Overview

Safety and Efficacy of Tenalisib (RP6530) in Combination With Romidepsin in Patients With Relapsed/Refractory T-cell Lymphoma

Status:
Completed
Trial end date:
2021-05-14
Target enrollment:
0
Participant gender:
All
Summary
To characterize safety, tolerability and to establish the maximum tolerated dose (MTD) of Tenalisib in combination with Romidepsin in patients with R/R T-cell lymphoma.
Phase:
Phase 1/Phase 2
Accepts Healthy Volunteers?
No
Details
Lead Sponsor:
Rhizen Pharmaceuticals SA
Treatments:
Histone Deacetylase Inhibitors
Romidepsin
Tenalisib
Criteria
Inclusion Criteria:

1. Pathologically confirmed T-cell lymphomas at the enrolling institution.

2. Disease status as defined as relapsed or progressed patients who have received at
least one systemic therapy.

3. The patients should have received NOT more than three prior systemic combination
chemotherapies

4. PTCL patients must have measurable disease defined as at least one bidimensional
measurable lesion with minimum measurement of > 1.5 cm in the longest diameter.

5. Must have ECOG performance status ≤ 2

6. Adequate bone marrow, liver and renal function in line with below mentioned laboratory
requirements.

1. Hemoglobin ≥8.0 g/dL

2. Absolute neutrophil count (ANC) ≥1,000/µL

3. Platelet count ≥75,000/μL

4. Total bilirubin ≤1.5 times the ULN (or ≤3 x ULN, if patient has Gilbert syndrome)

5. AST (SGOT) and ALT (SGPT) ≤ 3 x ULN; ≤ 5 ULN in case of liver involvement

6. Calculated creatinine clearance (CrCl) > 50 ml/min by Cockcroft-Gault formula

7. Use of an effective means of contraception for women of childbearing potential and men
with partners of childbearing potential.

8. Provide written informed consent prior to any study-specific screening procedures.

9. Willingness and capability to comply with the requirements of the study

Exclusion Criteria:

1. Patient receiving anticancer therapy including any investigational therapy ≤3 weeks or
5 half-lives (whichever is shorter) prior to C1D1.

2. Patient who discontinued prior therapy with PI3K inhibitors or HDAC inhibitors due to
drug toxicity.

3. PTCL patients with Allo-SCT on active GVHD or immunosuppression therapy within 3
months prior to C1D1. CTCL patients with the history of Allo-SCT will be excluded.

4. Patient with medical conditions requiring the use of systemic immunosuppressive
medications (> 20 mg/day of prednisone or equivalent).

5. Severe bacterial, viral or mycotic infection requiring systemic treatment.

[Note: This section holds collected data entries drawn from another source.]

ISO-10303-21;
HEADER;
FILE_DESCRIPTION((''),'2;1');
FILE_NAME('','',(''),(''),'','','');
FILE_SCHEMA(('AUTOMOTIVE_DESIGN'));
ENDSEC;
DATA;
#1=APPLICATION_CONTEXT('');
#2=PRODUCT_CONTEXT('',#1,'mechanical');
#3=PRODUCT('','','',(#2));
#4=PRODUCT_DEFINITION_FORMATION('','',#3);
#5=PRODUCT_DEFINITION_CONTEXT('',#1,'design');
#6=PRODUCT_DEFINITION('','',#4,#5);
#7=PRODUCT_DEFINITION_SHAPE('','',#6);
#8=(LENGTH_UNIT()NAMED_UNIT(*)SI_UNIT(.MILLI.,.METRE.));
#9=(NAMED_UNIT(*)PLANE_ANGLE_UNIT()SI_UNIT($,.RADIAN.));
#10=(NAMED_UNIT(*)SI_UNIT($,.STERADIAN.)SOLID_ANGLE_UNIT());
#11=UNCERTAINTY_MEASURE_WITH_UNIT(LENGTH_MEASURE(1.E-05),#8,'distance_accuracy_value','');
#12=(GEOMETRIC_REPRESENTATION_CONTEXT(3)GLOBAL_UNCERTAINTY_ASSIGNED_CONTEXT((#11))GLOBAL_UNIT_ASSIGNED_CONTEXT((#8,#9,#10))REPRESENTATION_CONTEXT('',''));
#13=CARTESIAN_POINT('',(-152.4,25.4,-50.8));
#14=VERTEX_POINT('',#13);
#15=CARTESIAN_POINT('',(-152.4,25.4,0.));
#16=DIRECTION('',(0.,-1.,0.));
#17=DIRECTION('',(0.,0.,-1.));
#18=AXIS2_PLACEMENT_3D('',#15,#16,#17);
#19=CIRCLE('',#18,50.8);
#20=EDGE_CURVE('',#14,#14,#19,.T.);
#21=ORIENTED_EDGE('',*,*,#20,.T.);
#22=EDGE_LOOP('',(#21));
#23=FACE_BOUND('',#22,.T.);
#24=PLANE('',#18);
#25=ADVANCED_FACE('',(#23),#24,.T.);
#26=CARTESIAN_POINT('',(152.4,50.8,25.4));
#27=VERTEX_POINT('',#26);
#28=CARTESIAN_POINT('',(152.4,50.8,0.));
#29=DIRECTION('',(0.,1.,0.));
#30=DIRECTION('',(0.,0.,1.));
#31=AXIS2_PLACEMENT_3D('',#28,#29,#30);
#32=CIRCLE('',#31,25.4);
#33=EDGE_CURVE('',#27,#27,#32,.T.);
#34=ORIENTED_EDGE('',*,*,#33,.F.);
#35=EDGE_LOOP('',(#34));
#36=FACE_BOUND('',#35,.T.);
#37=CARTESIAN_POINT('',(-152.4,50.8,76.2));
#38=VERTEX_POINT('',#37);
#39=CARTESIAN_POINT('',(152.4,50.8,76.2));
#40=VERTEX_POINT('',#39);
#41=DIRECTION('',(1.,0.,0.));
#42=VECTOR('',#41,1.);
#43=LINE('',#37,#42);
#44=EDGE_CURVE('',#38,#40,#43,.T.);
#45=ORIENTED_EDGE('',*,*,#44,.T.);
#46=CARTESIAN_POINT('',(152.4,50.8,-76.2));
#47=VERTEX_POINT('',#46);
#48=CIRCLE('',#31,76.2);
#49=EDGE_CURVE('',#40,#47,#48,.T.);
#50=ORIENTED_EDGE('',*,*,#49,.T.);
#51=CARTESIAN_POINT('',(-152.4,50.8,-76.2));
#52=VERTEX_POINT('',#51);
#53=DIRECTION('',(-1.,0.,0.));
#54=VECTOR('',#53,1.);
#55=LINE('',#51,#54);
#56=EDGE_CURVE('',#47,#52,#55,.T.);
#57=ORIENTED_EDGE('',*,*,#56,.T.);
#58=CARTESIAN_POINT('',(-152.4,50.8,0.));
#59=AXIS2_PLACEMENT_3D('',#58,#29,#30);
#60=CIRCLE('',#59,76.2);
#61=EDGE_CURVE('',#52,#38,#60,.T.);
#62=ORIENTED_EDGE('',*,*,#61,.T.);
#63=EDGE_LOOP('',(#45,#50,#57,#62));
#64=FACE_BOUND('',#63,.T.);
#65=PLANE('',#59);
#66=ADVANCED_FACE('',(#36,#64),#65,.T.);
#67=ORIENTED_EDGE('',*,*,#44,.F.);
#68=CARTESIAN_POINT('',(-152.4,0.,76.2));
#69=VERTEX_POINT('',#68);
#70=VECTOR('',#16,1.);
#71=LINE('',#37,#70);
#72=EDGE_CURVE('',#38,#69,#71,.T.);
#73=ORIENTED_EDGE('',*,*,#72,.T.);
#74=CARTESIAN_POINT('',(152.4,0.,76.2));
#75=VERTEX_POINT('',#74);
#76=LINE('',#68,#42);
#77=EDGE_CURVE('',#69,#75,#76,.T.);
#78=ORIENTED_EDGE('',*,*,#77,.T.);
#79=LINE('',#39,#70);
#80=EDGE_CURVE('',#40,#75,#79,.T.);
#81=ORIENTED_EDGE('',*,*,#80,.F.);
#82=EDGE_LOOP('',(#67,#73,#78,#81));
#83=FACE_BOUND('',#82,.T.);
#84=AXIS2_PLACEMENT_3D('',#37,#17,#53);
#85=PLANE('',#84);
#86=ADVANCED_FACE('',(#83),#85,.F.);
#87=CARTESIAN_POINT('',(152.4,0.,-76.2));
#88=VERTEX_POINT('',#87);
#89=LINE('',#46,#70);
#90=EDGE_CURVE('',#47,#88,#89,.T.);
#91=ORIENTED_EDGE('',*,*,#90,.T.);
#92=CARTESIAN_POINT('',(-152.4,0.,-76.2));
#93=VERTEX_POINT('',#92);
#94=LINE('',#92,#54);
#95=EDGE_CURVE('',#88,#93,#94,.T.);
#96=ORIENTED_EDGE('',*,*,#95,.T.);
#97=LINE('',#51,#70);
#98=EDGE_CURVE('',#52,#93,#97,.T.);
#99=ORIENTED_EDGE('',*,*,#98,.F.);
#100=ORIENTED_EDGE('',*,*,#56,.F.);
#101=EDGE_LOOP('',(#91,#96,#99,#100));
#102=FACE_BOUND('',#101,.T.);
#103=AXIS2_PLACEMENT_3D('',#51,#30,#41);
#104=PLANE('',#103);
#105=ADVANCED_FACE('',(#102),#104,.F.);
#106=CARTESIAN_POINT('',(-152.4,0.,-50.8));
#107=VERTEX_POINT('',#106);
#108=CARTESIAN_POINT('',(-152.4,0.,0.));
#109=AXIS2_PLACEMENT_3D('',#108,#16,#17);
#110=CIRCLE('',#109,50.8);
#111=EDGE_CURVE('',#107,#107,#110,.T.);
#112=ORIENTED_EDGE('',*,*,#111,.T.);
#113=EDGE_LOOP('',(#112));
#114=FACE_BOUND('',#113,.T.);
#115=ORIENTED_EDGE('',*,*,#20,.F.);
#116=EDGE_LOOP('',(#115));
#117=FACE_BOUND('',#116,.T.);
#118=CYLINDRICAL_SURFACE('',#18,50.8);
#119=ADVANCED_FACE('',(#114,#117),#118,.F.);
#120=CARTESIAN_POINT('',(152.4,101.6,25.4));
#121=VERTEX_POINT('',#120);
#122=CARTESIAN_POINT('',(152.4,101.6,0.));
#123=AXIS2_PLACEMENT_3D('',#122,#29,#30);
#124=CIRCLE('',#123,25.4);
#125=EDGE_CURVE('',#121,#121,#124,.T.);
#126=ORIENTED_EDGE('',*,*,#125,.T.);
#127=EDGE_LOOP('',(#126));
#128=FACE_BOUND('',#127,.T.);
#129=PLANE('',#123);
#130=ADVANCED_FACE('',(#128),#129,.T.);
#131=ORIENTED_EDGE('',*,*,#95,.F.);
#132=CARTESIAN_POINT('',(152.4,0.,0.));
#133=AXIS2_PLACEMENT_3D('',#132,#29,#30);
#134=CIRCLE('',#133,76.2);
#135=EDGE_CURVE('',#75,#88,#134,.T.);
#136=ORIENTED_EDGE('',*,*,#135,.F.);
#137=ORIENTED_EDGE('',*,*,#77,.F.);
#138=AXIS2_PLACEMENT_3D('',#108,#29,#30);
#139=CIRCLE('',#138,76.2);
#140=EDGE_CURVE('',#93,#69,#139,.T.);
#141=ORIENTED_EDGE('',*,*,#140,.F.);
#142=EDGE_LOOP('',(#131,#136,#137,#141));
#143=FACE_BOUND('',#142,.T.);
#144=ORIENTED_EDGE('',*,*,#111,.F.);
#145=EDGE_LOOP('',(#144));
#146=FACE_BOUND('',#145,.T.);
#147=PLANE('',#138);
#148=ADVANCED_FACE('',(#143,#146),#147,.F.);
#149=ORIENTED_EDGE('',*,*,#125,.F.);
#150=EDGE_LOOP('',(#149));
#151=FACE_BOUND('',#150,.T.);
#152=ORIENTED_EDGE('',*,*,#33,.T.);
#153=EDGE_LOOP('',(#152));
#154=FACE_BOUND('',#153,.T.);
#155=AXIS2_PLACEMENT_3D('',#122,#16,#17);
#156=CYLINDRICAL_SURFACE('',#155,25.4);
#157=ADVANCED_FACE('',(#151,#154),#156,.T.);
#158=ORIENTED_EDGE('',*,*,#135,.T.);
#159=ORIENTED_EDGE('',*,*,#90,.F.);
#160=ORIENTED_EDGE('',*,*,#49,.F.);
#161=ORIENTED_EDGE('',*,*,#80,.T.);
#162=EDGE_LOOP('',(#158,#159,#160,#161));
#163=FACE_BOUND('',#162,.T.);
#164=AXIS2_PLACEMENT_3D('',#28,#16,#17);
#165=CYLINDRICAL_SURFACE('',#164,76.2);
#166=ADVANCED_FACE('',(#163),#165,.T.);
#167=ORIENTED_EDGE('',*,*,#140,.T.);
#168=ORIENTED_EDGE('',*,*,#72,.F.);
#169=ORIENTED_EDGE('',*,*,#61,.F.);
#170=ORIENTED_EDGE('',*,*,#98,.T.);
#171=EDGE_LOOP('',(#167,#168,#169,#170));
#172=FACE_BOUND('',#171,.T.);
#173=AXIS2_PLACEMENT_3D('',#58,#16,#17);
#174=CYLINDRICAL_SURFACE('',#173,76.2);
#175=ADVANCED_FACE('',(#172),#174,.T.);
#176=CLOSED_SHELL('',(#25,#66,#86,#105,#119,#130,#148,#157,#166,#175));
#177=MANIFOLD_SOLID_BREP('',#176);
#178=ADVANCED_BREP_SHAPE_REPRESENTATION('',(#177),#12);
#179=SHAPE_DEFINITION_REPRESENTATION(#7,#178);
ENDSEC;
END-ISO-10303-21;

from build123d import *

# Parameters (mm, degrees)
LINK1_DEPTH         = 50.8
SKETCH2_R           = 50.8
BOTTOMCUT_DEPTH     = 25.4
SKETCH3_R           = 25.4
BOSS_EXTRUDE1_DEPTH = 50.8


with BuildPart() as part:
    # Sketch1 → link1 (new body)
    with BuildSketch(Plane(origin=(0, 0, 0), x_dir=(1, 0, 0), z_dir=(0, 1, 0))):
        with BuildLine():
            Line((-152.4, 76.2), (152.4, 76.2))
            ThreePointArc((152.4, 76.2), (228.6, 0), (152.4, -76.2))
            Line((152.4, -76.2), (-152.4, -76.2))
            ThreePointArc((-152.4, -76.2), (-228.6, 0), (-152.4, 76.2))
        make_face()
    extrude(amount=LINK1_DEPTH)

    # Sketch2 → bottomcut (cut)
    with BuildSketch(Plane.XZ):
        with Locations(Location((-152.4, 0, 0), (0, 0, 270))):
            Circle(SKETCH2_R)
    extrude(amount=-BOTTOMCUT_DEPTH, mode=Mode.SUBTRACT)

    # Sketch3 → Boss-Extrude1 (add)
    with BuildSketch(Plane(origin=(0, 50.8, 0), x_dir=(1, 0, 0), z_dir=(0, 1, 0))):
        with Locations(Location((152.4, 0, 0), (0, 0, 270))):
            Circle(SKETCH3_R)
    extrude(amount=BOSS_EXTRUDE1_DEPTH)


solid = part.part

6. Known seropositive requiring anti-viral therapy for human immunodeficiency virus (HIV)
infection.

7. Known seropositive requiring anti-viral therapy for hepatitis B virus (HBV) infection
OR evidence of active hepatitis B infection as defined by detectable viral load if the
antibody tests are positive..

8. Known seropositive requiring anti-viral therapy for hepatitis c virus (HCV) infection
OR patients with positive hepatitis C virus Ab.

9. Subjects with active EBV unrelated to underlying lymphoma (positive serology for anti-
EBV VCA IgM antibody and negative for anti-EBV EBNA IgG antibody, or clinical
manifestations and positive EBV PCR consistent with active EBV infection.

10. Subject with active CMV (positive serology for anti-CMV IgM antibody and negative for
anti-CMV IgG antibody and positive CMV PCR with clinical manifestations consistent
with active CMV infection) and requiring therapy.

11. Uncontrolled or significant cardiovascular disease including, but not limited to:

- Congenital long QT syndrome.

- QTcF interval > 450 msec

- Myocardial infarction or stroke/TIA within the past 6 months

- Uncontrolled angina within the past 3 months

- Significant ECG abnormalities including 2nd degree atrio- ventricular (AV) block
(AV) block type II, 3rd degree AV block.

- History of clinically significant arrhythmias (such as ventricular tachycardia,
ventricular fibrillation or torsades de pointes),

- History of other clinically significant heart disease (ie, cardiomyopathy,
congestive heart failure with NYHA functional classification III-IV,
pericarditis, significant pericardial effusion)

- Requirement for daily supplemental oxygen therapy.